А! Вот ты кто! — поняла я. Лютый гнев охватил меня всю. И робкий взгляд военного в сторону Кати обернулся во мне жабой.
— Уже беременных переписываете? — почти закричала я. — Ваша армия когда-нибудь нажрется крови?
— Тетя Саша! — остановила меня Катя и сделала это вовремя: еще минута, и я бы его ударила, ибо в нем сейчас заключалось первозло мира. Собирание денег для спасения неузнаваемых сыновей, готовность матери идти в этом до конца. И вот он, конец. Она сидит там, у окошка с решеткой, красавица-чудовище. А он, жеребец, видите ли, интересуется: как, мол, и что… Катя рассыпала мое зло. Благодаря ей, хотя она просто была рядом, я увидела человека с измученным лицом, не вепря, не жеребца, не идолища поганого. Человек был несчастен. У счастливых нет органа, вырабатывающего муку сердца. Нет фермента муки. Способность виноватиться, а значит, сопереживать — уже поход в люди. И я еще не среди них. Я топчусь, стараясь выйти из слов и мыслей, которыми себя опутала.
— Как — как? — отвечаю я на вопрос, заданный мне сто лет назад. — Скверно.
— Но немножечко и лучше, — мягко объясняет Катя. — Нет, правда. Есть положительная динамика.

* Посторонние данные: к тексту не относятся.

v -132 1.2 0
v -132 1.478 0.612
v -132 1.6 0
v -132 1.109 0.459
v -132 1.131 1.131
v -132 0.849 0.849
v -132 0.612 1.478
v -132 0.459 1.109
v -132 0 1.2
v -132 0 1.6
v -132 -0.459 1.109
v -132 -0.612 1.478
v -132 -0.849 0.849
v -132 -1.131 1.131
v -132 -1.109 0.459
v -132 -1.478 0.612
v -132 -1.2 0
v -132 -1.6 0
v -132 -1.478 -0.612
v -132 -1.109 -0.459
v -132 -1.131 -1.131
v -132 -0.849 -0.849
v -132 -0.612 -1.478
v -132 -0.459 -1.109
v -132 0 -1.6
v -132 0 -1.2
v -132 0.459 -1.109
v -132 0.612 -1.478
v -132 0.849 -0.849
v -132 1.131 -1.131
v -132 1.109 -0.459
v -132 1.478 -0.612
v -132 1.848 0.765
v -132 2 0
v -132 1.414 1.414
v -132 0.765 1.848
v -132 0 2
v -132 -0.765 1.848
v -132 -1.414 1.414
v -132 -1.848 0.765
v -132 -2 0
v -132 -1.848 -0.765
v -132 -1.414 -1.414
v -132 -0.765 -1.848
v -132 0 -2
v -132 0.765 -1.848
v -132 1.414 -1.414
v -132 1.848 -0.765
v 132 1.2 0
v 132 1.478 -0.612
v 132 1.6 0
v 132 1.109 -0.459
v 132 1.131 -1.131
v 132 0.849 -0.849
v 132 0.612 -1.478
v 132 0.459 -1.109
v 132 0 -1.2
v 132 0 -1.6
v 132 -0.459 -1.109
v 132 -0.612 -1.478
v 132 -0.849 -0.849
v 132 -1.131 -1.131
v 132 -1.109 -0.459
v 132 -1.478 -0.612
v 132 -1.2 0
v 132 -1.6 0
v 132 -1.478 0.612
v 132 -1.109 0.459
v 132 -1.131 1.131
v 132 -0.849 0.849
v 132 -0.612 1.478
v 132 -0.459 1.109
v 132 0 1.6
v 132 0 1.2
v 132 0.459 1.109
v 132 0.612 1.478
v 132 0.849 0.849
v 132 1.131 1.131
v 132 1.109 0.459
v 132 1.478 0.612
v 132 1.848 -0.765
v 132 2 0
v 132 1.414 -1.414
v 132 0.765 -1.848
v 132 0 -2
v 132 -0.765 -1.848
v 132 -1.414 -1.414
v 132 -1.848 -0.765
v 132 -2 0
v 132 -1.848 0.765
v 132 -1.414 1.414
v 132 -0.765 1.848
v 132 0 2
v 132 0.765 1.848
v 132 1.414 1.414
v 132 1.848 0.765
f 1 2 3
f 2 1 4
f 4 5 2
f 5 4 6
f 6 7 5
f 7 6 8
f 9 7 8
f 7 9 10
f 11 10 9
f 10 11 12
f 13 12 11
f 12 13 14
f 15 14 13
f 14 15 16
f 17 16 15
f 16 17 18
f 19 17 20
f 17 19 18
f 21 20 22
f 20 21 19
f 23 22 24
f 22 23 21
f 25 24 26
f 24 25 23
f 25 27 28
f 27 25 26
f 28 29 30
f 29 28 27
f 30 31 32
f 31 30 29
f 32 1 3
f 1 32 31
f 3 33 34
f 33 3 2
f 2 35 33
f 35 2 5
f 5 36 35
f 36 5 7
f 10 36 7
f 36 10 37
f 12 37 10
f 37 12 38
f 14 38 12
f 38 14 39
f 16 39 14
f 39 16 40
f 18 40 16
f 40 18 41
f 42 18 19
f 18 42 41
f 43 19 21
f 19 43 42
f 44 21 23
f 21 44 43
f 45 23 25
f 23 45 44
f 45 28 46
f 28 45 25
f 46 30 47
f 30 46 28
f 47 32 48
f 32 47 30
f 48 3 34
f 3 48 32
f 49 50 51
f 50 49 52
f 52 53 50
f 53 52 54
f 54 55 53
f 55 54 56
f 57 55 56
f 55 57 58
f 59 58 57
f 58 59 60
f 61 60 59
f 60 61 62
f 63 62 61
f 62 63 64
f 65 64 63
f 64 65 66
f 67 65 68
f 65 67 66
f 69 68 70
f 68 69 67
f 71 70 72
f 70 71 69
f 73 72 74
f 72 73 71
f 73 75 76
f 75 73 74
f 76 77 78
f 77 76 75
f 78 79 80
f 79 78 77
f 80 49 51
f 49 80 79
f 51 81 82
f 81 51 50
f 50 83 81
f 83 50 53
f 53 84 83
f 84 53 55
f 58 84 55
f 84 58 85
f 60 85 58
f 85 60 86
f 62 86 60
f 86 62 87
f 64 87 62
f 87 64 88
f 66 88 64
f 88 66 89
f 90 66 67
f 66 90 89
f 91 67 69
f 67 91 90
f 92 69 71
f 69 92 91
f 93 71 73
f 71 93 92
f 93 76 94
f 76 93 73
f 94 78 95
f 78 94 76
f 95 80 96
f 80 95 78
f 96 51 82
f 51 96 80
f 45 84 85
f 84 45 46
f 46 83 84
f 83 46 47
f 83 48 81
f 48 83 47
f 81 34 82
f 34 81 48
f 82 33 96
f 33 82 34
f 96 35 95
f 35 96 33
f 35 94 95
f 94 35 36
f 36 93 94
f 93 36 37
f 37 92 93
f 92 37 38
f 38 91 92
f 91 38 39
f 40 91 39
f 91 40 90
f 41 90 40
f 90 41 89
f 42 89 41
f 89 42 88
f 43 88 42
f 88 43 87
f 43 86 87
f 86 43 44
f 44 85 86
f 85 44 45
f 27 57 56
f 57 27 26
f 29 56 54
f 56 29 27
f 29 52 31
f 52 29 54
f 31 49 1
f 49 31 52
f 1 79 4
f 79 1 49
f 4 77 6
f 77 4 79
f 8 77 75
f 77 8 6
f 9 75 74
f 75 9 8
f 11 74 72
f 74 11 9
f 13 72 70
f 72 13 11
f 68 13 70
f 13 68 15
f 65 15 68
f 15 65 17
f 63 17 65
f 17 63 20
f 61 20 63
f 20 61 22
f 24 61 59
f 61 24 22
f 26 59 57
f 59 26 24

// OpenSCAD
// file: ../p/4-4cyli.scad
use <../lib.scad>
function ldraw_lib__4_4cyli() = [
// 0 Cylinder 1.0
// 0 Name: 4-4cyli.dat
// 0 Author: James Jessiman
// 0 !LDRAW_ORG Primitive UPDATE 2005-01
// 0 !LICENSE Licensed under CC BY 2.0 and CC BY 4.0 : see CAreadme.txt
// 
// 0 BFC CERTIFY CCW
  [0,"BFC","CERTIFY"],
  [0,"BFC","CCW"],
// 
// 0 !HISTORY 1998-12-15 [PTadmin] Official Update 1998-10
// 0 !HISTORY 2002-03-23 [sbliss] Added BFC statement; merged headers from files in distributions LDraw 0.27 and Complete.
// 0 !HISTORY 2002-04-25 [PTadmin] Official Update 2002-02
// 0 !HISTORY 2004-12-14 [guyvivan] BFC CCW
// 0 !HISTORY 2005-12-28 [PTadmin] Official Update 2005-01
// 0 !HISTORY 2007-06-24 [PTadmin] Header formatted for Contributor Agreement
// 0 !HISTORY 2008-07-01 [PTadmin] Official Update 2008-01
// 
// 
// 4 16 1 1 0 0.9239 1 0.3827 0.9239 0 0.3827 1 0 0
  [4,16,1,1,0,0.9239,1,0.3827,0.9239,0,0.3827,1,0,0],
// 5 24 1 0 0 1 1 0 0.9239 0 0.3827 0.9239 0 -0.3827
  [5,24,1,0,0,1,1,0,0.9239,0,0.3827,0.9239,0,-0.3827],
// 4 16 0.9239 1 0.3827 0.7071 1 0.7071 0.7071 0 0.7071 0.9239 0 0.3827
  [4,16,0.9239,1,0.3827,0.7071,1,0.7071,0.7071,0,0.7071,0.9239,0,0.3827],
// 5 24 0.9239 0 0.3827 0.9239 1 0.3827 0.7071 0 0.7071 1 0 0
  [5,24,0.9239,0,0.3827,0.9239,1,0.3827,0.7071,0,0.7071,1,0,0],
// 4 16 0.7071 1 0.7071 0.3827 1 0.9239 0.3827 0 0.9239 0.7071 0 0.7071
  [4,16,0.7071,1,0.7071,0.3827,1,0.9239,0.3827,0,0.9239,0.7071,0,0.7071],
// 5 24 0.7071 0 0.7071 0.7071 1 0.7071 0.3827 0 0.9239 0.9239 0 0.3827
  [5,24,0.7071,0,0.7071,0.7071,1,0.7071,0.3827,0,0.9239,0.9239,0,0.3827],
// 4 16 0.3827 1 0.9239 0 1 1 0 0 1 0.3827 0 0.9239
  [4,16,0.3827,1,0.9239,0,1,1,0,0,1,0.3827,0,0.9239],
// 5 24 0.3827 0 0.9239 0.3827 1 0.9239 0 0 1 0.7071 0 0.7071
  [5,24,0.3827,0,0.9239,0.3827,1,0.9239,0,0,1,0.7071,0,0.7071],
// 4 16 0 1 1 -0.3827 1 0.9239 -0.3827 0 0.9239 0 0 1
  [4,16,0,1,1,-0.3827,1,0.9239,-0.3827,0,0.9239,0,0,1],
// 5 24 0 0 1 0 1 1 -0.3827 0 0.9239 0.3827 0 0.9239
  [5,24,0,0,1,0,1,1,-0.3827,0,0.9239,0.3827,0,0.9239],
// 4 16 -0.3827 1 0.9239 -0.7071 1 0.7071 -0.7071 0 0.7071 -0.3827 0 0.9239
  [4,16,-0.3827,1,0.9239,-0.7071,1,0.7071,-0.7071,0,0.7071,-0.3827,0,0.9239],
// 5 24 -0.3827 0 0.9239 -0.3827 1 0.9239 -0.7071 0 0.7071 0 0 1
  [5,24,-0.3827,0,0.9239,-0.3827,1,0.9239,-0.7071,0,0.7071,0,0,1],
// 4 16 -0.7071 1 0.7071 -0.9239 1 0.3827 -0.9239 0 0.3827 -0.7071 0 0.7071
  [4,16,-0.7071,1,0.7071,-0.9239,1,0.3827,-0.9239,0,0.3827,-0.7071,0,0.7071],
// 5 24 -0.7071 0 0.7071 -0.7071 1 0.7071 -0.9239 0 0.3827 -0.3827 0 0.9239
  [5,24,-0.7071,0,0.7071,-0.7071,1,0.7071,-0.9239,0,0.3827,-0.3827,0,0.9239],
// 4 16 -0.9239 1 0.3827 -1 1 0 -1 0 0 -0.9239 0 0.3827
  [4,16,-0.9239,1,0.3827,-1,1,0,-1,0,0,-0.9239,0,0.3827],
// 5 24 -0.9239 0 0.3827 -0.9239 1 0.3827 -1 0 0 -0.7071 0 0.7071
  [5,24,-0.9239,0,0.3827,-0.9239,1,0.3827,-1,0,0,-0.7071,0,0.7071],
// 4 16 -1 1 0 -0.9239 1 -0.3827 -0.9239 0 -0.3827 -1 0 0
  [4,16,-1,1,0,-0.9239,1,-0.3827,-0.9239,0,-0.3827,-1,0,0],
// 5 24 -1 0 0 -1 1 0 -0.9239 0 -0.3827 -0.9239 0 0.3827
  [5,24,-1,0,0,-1,1,0,-0.9239,0,-0.3827,-0.9239,0,0.3827],
// 4 16 -0.9239 1 -0.3827 -0.7071 1 -0.7071 -0.7071 0 -0.7071 -0.9239 0 -0.3827
  [4,16,-0.9239,1,-0.3827,-0.7071,1,-0.7071,-0.7071,0,-0.7071,-0.9239,0,-0.3827],
// 5 24 -0.9239 0 -0.3827 -0.9239 1 -0.3827 -0.7071 0 -0.7071 -1 0 0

— Господи, помоги ей! — бормочет служивый. Потом он лезет в карман и достает деньги. У него дрожат руки, когда он бросает их мне в полиэтиленовый пакет с портретом Киркорова, который глубокой глоткой обещает нам всем нечто по имени «шико дам». Хотелось бы знать: съедобное это или несъедобное?
— Ей они сейчас нужнее, — говорит человек. — Лекарства теперь дорогие. А мальчиков я уже прикрыл. Даже не сомневайтесь… Скажите ей об этом. И еще… что я…
Он плачет, этот военком, и я даю ему чистый носовой платок. Но он достает свой, белее белого, он тихонечко хрюкает в него, а когда он подымает глаза, я вижу, что они у него синее синего…
— Почему мы не сразу делаемся людьми? — спрашиваю я.
— Хотелось бы знать, — отвечает военком и обращается к Кате: — У вас уже скоро?
— Успеть бы доехать, — смеется Катя.
— Берегите себя, — бормочет военком. Ну прямо ангелы поют в районе психиатрички. И отнюдь не злыми голосами.
— Кто он? — спрашивает меня Катя.
— Кто-кто, дед Пихто, — отвечаю я.
— И мама молчит, как партизан, — говорит Катя, но я не лезу. Давно знаю: если чего-то не знаешь — значит, тому и не надо знаться.
— Все не так, — говорю я. — Самое сладкое то, что скрывают и прячут. Хочется в это носом, носом… И рыть, рыть…
— Ваше поколение, — смеется Катя. — А все не так. Знание тут. — Катя подняла ладошку и как бы сдунула с нее перышко. — Знание всегда рядом, оно никогда с тобой не играет в прятки и тем более не побуждает делать лишнюю работу. Типа рыть. Надо слушать и слышать… Надо дышать в пандан ветру. Все уже было, и будет то же… Оглянись во вчера — увидишь завтра.
— Это чья философия — бедуинов или бабуинов? Или кто там бьет в колотушку?